Two Layer Cake Questions

Decorating By kristiemarie Updated 23 Oct 2010 , 2:12pm by kristiemarie

kristiemarie Posted 22 Oct 2010 , 8:12pm
post #1 of 4

Hi!
I'm making a two layer cake. Few questions:

1- Do I need to use two cakes for the bottom layer and 2 cakes for the top? Is that standard?

2- Do I need to use dowels or anything else to support the cake at that height?

I am going to buy the cake this weekend and need to know what i need. icon_smile.gif

3 replies
Kiddiekakes Posted 22 Oct 2010 , 8:16pm
post #2 of 4

Okay...a cake that is double layered means to cakes...one 2 inch layer,and then the other 2 inch layer with icing in between not 2 and 2..then you would have a severly high 8 inch cake and it would fall over..You don't need to use dowels unless you are stacking another tier ontop of the 2 layers.

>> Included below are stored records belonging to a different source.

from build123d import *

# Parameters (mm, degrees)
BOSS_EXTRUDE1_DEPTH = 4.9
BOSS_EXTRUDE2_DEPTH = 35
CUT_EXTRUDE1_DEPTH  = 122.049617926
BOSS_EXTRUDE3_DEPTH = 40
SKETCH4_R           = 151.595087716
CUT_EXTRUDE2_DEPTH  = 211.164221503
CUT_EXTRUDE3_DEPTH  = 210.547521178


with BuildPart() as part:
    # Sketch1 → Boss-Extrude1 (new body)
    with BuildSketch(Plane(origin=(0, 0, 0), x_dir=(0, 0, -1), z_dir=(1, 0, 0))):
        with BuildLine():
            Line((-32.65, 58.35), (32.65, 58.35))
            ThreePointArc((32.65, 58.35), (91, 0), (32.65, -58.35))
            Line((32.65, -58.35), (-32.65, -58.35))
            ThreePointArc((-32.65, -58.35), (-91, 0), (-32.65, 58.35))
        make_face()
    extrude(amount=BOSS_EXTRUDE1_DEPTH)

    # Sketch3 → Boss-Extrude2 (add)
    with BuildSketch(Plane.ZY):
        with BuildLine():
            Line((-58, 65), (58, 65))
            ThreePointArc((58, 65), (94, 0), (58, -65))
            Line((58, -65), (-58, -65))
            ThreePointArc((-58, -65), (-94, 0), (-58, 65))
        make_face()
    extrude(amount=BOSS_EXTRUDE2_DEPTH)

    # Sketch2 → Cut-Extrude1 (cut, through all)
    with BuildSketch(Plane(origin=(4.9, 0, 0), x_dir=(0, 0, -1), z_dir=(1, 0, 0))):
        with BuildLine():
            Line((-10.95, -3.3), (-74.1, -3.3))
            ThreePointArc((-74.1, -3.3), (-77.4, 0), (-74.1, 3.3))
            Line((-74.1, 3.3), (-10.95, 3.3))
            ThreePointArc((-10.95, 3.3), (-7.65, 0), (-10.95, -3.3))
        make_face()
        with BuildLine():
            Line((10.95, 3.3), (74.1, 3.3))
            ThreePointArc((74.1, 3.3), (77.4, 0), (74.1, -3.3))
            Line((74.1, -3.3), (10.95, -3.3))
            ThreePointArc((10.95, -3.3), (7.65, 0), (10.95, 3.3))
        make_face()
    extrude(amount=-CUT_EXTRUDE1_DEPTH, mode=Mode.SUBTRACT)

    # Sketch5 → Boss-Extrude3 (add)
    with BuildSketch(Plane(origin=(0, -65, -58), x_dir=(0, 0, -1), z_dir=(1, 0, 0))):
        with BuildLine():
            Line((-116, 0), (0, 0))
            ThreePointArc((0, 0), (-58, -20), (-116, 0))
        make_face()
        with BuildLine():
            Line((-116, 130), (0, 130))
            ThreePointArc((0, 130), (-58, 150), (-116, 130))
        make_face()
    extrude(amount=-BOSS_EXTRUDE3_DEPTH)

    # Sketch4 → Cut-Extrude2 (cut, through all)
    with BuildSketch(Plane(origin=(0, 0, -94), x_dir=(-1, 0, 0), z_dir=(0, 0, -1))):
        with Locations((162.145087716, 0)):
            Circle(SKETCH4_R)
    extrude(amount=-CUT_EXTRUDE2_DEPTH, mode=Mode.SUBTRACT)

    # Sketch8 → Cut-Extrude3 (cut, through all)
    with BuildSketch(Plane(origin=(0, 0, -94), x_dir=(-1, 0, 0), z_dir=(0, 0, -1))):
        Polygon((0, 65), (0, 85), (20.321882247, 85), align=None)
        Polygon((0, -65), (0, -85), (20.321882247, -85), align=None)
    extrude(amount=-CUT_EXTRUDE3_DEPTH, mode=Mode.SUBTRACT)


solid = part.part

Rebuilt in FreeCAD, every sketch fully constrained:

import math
import FreeCAD as App
import Part
import Sketcher
from FreeCAD import Vector
Q = App.Units.Quantity

doc = App.newDocument("Part")
body = doc.addObject("PartDesign::Body", "Body")

# Sketch on YZ plane
sketch1 = body.newObject("Sketcher::SketchObject", "Sketch")
sketch1.AttachmentSupport = (doc.getObject("YZ_Plane"), [""])
sketch1.MapMode = "FlatFace"
sketch1.addGeometry([
    Part.LineSegment(Vector(58, -33, 0), Vector(58, 33, 0)),
    Part.ArcOfCircle(Part.Circle(Vector(0, 33, 0), Vector(0, 0, 1), 58), math.radians(0), math.radians(180)),
    Part.LineSegment(Vector(-58, 33, 0), Vector(-58, -33, 0)),
    Part.ArcOfCircle(Part.Circle(Vector(0, -33, 0), Vector(0, 0, 1), 58), math.radians(180), math.radians(360)),
], False)
sketch1.addConstraint([
    Sketcher.Constraint("Tangent", 0, 2, 1, 1),
    Sketcher.Constraint("Tangent", 1, 2, 2, 1),
    Sketcher.Constraint("Tangent", 2, 2, 3, 1),
    Sketcher.Constraint("Tangent", 3, 2, 0, 1),
    Sketcher.Constraint("Vertical", 0),
    Sketcher.Constraint("Vertical", 2),
    Sketcher.Constraint("Symmetric", 1, 3, 3, 3, -1, 1),
    Sketcher.Constraint("Radius", 1, Q("58.35 mm")),
    Sketcher.Constraint("DistanceY", 0, 1, 0, 2, Q("65.3 mm")),
])
pad1 = body.newObject("PartDesign::Pad", "Pad")
pad1.Profile = sketch1
pad1.Length = 4.9

# Sketch on YZ plane
sketch2 = body.newObject("Sketcher::SketchObject", "Sketch001")
sketch2.AttachmentSupport = (doc.getObject("YZ_Plane"), [""])
sketch2.MapMode = "FlatFace"
sketch2.addGeometry([
    Part.LineSegment(Vector(65, 58, 0), Vector(65, -58, 0)),
    Part.ArcOfCircle(Part.Circle(Vector(0, -17, 0), Vector(0, 0, 1), 77), math.radians(-148), math.radians(-32)),
    Part.LineSegment(Vector(-65, -58, 0), Vector(-65, 58, 0)),
    Part.ArcOfCircle(Part.Circle(Vector(0, 17, 0), Vector(0, 0, 1), 77), math.radians(32), math.radians(148)),
], False)
sketch2.addConstraint([
    Sketcher.Constraint("Coincident", 0, 2, 1, 2),
    Sketcher.Constraint("Coincident", 1, 1, 2, 1),
    Sketcher.Constraint("Coincident", 2, 2, 3, 2),
    Sketcher.Constraint("Coincident", 3, 1, 0, 1),
    Sketcher.Constraint("Vertical", 0),
    Sketcher.Constraint("Vertical", 2),
    Sketcher.Constraint("Equal", 1, 3),
    Sketcher.Constraint("Symmetric", 1, 3, 3, 3, -1, 1),
    Sketcher.Constraint("Symmetric", 0, 2, 1, 1, -2),
    Sketcher.Constraint("DistanceY", 0, 2, 0, 1, Q("116 mm")),
    Sketcher.Constraint("DistanceX", -1, 1, 0, 2, Q("65 mm")),
    Sketcher.Constraint("Radius", 1, Q("76.680556 mm")),
])
pad2 = body.newObject("PartDesign::Pad", "Pad001")
pad2.Profile = sketch2
pad2.Length = 35
pad2.Reversed = True

# Sketch on YZ plane
sketch3 = body.newObject("Sketcher::SketchObject", "Sketch002")
sketch3.AttachmentSupport = (doc.getObject("YZ_Plane"), [""])
sketch3.MapMode = "FlatFace"
sketch3.AttachmentOffset = App.Placement(Vector(0, 0, 4.9), App.Rotation())
sketch3.addGeometry([
    Part.LineSegment(Vector(-3.3, 74.1, 0), Vector(-3.3, 10.9, 0)),  # 0
    Part.ArcOfCircle(Part.Circle(Vector(0, 10.9, 0), Vector(0, 0, 1), 3.3), math.radians(180), math.radians(360)),  # 1
    Part.LineSegment(Vector(3.3, 10.9, 0), Vector(3.3, 74.1, 0)),  # 2
    Part.ArcOfCircle(Part.Circle(Vector(0, 74.1, 0), Vector(0, 0, 1), 3.3), math.radians(0), math.radians(180)),  # 3
    Part.LineSegment(Vector(3.3, -74.1, 0), Vector(3.3, -10.9, 0)),  # 4
    Part.ArcOfCircle(Part.Circle(Vector(0, -10.9, 0), Vector(0, 0, 1), 3.3), math.radians(0), math.radians(180)),  # 5
    Part.LineSegment(Vector(-3.3, -10.9, 0), Vector(-3.3, -74.1, 0)),  # 6
    Part.ArcOfCircle(Part.Circle(Vector(0, -74.1, 0), Vector(0, 0, 1), 3.3), math.radians(180), math.radians(360)),  # 7
], False)
sketch3.addConstraint([
    Sketcher.Constraint("Tangent", 0, 2, 1, 1),
    Sketcher.Constraint("Tangent", 1, 2, 2, 1),
    Sketcher.Constraint("Tangent", 2, 2, 3, 1),
    Sketcher.Constraint("Tangent", 3, 2, 0, 1),
    Sketcher.Constraint("Tangent", 4, 2, 5, 1),
    Sketcher.Constraint("Tangent", 5, 2, 6, 1),
    Sketcher.Constraint("Tangent", 6, 2, 7, 1),
    Sketcher.Constraint("Tangent", 7, 2, 4, 1),
    Sketcher.Constraint("Vertical", 0),
    Sketcher.Constraint("Vertical", 2),
    Sketcher.Constraint("Vertical", 4),
    Sketcher.Constraint("Vertical", 6),
    Sketcher.Constraint("Equal", 3, 5),
    Sketcher.Constraint("Symmetric", 1, 3, 5, 3, -1, 1),
    Sketcher.Constraint("Symmetric", 3, 3, 7, 3, -1),
    Sketcher.Constraint("Radius", 1, Q("3.3 mm")),
    Sketcher.Constraint("DistanceY", 0, 2, 0, 1, Q("63.15 mm")),
    Sketcher.Constraint("DistanceY", -1, 1, 3, 3, Q("74.1 mm")),
])
pocket1 = body.newObject("PartDesign::Pocket", "Pocket")
pocket1.Profile = sketch3
pocket1.Type = "ThroughAll"

# Sketch on YZ plane
sketch4 = body.newObject("Sketcher::SketchObject", "Sketch003")
sketch4.AttachmentSupport = (doc.getObject("YZ_Plane"), [""])
sketch4.MapMode = "FlatFace"
sketch4.addGeometry([
    Part.LineSegment(Vector(-65, -58, 0), Vector(-65, 58, 0)),
    Part.ArcOfCircle(Part.Circle(Vector(9, 0, 0), Vector(0, 0, 1), 94), math.radians(142), math.radians(218)),
    Part.LineSegment(Vector(65, 58, 0), Vector(65, -58, 0)),
    Part.ArcOfCircle(Part.Circle(Vector(-9, 0, 0), Vector(0, 0, 1), 94), math.radians(-38), math.radians(38)),
], False)
sketch4.addConstraint([
    Sketcher.Constraint("Coincident", 0, 1, 1, 2),
    Sketcher.Constraint("Coincident", 1, 1, 0, 2),
    Sketcher.Constraint("Coincident", 2, 1, 3, 2),
    Sketcher.Constraint("Coincident", 3, 1, 2, 2),
    Sketcher.Constraint("Vertical", 0),
    Sketcher.Constraint("Vertical", 2),
    Sketcher.Constraint("Equal", 1, 3),
    Sketcher.Constraint("Symmetric", 1, 3, 3, 3, -1, 1),
    Sketcher.Constraint("Symmetric", 1, 1, 2, 1, -2),
    Sketcher.Constraint("Radius", 1, Q("94.1 mm")),
    Sketcher.Constraint("DistanceY", 0, 1, 0, 2, Q("116 mm")),
    Sketcher.Constraint("DistanceX", 0, 1, -1, 1, Q("65 mm")),
])
pad3 = body.newObject("PartDesign::Pad", "Pad002")
pad3.Profile = sketch4
pad3.Length = 40
pad3.Reversed = True

# Sketch on XY plane
sketch5 = body.newObject("Sketcher::SketchObject", "Sketch004")
sketch5.AttachmentSupport = (doc.getObject("XY_Plane"), [""])
sketch5.MapMode = "FlatFace"
sketch5.AttachmentOffset = App.Placement(Vector(0, 0, -94), App.Rotation())
sketch5.addGeometry(Part.Circle(Vector(-162, 0, 0), Vector(0, 0, 1), 152), False)
sketch5.addConstraint([
    Sketcher.Constraint("PointOnObject", 0, 3, -1),
    Sketcher.Constraint("Diameter", 0, Q("303.190175 mm")),
    Sketcher.Constraint("DistanceX", 0, 3, -1, 1, Q("162.145088 mm")),
])
pocket2 = body.newObject("PartDesign::Pocket", "Pocket001")
pocket2.Profile = sketch5
pocket2.Type = "ThroughAll"
pocket2.Reversed = True

# Sketch on XY plane
sketch6 = body.newObject("Sketcher::SketchObject", "Sketch005")
sketch6.AttachmentSupport = (doc.getObject("XY_Plane"), [""])
sketch6.MapMode = "FlatFace"
sketch6.AttachmentOffset = App.Placement(Vector(0, 0, -94), App.Rotation())
sketch6.addGeometry([
    Part.LineSegment(Vector(0, 85, 0), Vector(0, 65, 0)),  # 0
    Part.LineSegment(Vector(0, 65, 0), Vector(-20, 85, 0)),  # 1
    Part.LineSegment(Vector(-20, 85, 0), Vector(0, 85, 0)),  # 2
    Part.LineSegment(Vector(0, -65, 0), Vector(0, -85, 0)),  # 3
    Part.LineSegment(Vector(0, -85, 0), Vector(-20, -85, 0)),  # 4
    Part.LineSegment(Vector(-20, -85, 0), Vector(0, -65, 0)),  # 5
], False)
sketch6.addConstraint([
    Sketcher.Constraint("Coincident", 0, 2, 1, 1),
    Sketcher.Constraint("Coincident", 1, 2, 2, 1),
    Sketcher.Constraint("Coincident", 2, 2, 0, 1),
    Sketcher.Constraint("Coincident", 3, 2, 4, 1),
    Sketcher.Constraint("Coincident", 4, 2, 5, 1),
    Sketcher.Constraint("Coincident", 5, 2, 3, 1),
    Sketcher.Constraint("Vertical", 0),
    Sketcher.Constraint("Horizontal", 2),
    Sketcher.Constraint("Vertical", 3),
    Sketcher.Constraint("Horizontal", 4),
    Sketcher.Constraint("Symmetric", 2, 2, 3, 2, -1, 1),
    Sketcher.Constraint("Symmetric", 0, 2, 5, 2, -1),
    Sketcher.Constraint("Vertical", 1, 2, 4, 2),
    Sketcher.Constraint("DistanceY", 0, 2, 0, 1, Q("20 mm")),
    Sketcher.Constraint("DistanceY", -1, 1, 0, 2, Q("65 mm")),
    Sketcher.Constraint("DistanceX", 2, 1, 2, 2, Q("20.321882 mm")),
])
pocket3 = body.newObject("PartDesign::Pocket", "Pocket002")
pocket3.Profile = sketch6
pocket3.Type = "ThroughAll"
pocket3.Reversed = True

doc.recompute()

hollyml Posted 23 Oct 2010 , 5:42am
post #3 of 4

Do you mean a two TIER cake? Like a wedding cake?

If so, then yes, most often each tier is two baked layers, each baked in a 2" deep pan, which can be put together as is or they can be torted (sliced horizontally) so that you end up with 4 or even more total layers of cake with filling in between.

If you don't want to bake four cakes, you can bake just one cake per tier in a 3" deep pan, tort it at least once and fill. Or do two 2" pan cakes for the bottom tier (so that it ends up about 4" high) and one 3" pan cake for the top tier. The cake will be taller or shorter overall, the proportions be a little different depending how you do it, so it's just how you want it to look and how much time/effort you can put into it. icon_smile.gif

For a two tier cake that isn't going to travel, you might not need dowels or other supports, but better safe than sorry. Use a piece of cardboard cut to the same size and shape as the cake under the top tier, and stick some dowels or straws into the bottom tier, cut level with the top of the frosting. The cardboard rests on top of the dowels, so the weight of the top tier is not really resting on the bottom tier of cake at all. (I've used cardboard lollipop sticks for small tiered cakes and it works fine. Don't go overboard because you don't want your bottom tier to fall apart from too many holes in it!) Adding a piece of parchment paper between the cardboard and the frosting will let you lift the top tier off for serving without totally destroying the frosting on the bottom tier.

Good luck!

kristiemarie Posted 23 Oct 2010 , 2:12pm
post #4 of 4

Thanks! I am going to be moving it so I will probably use dowels.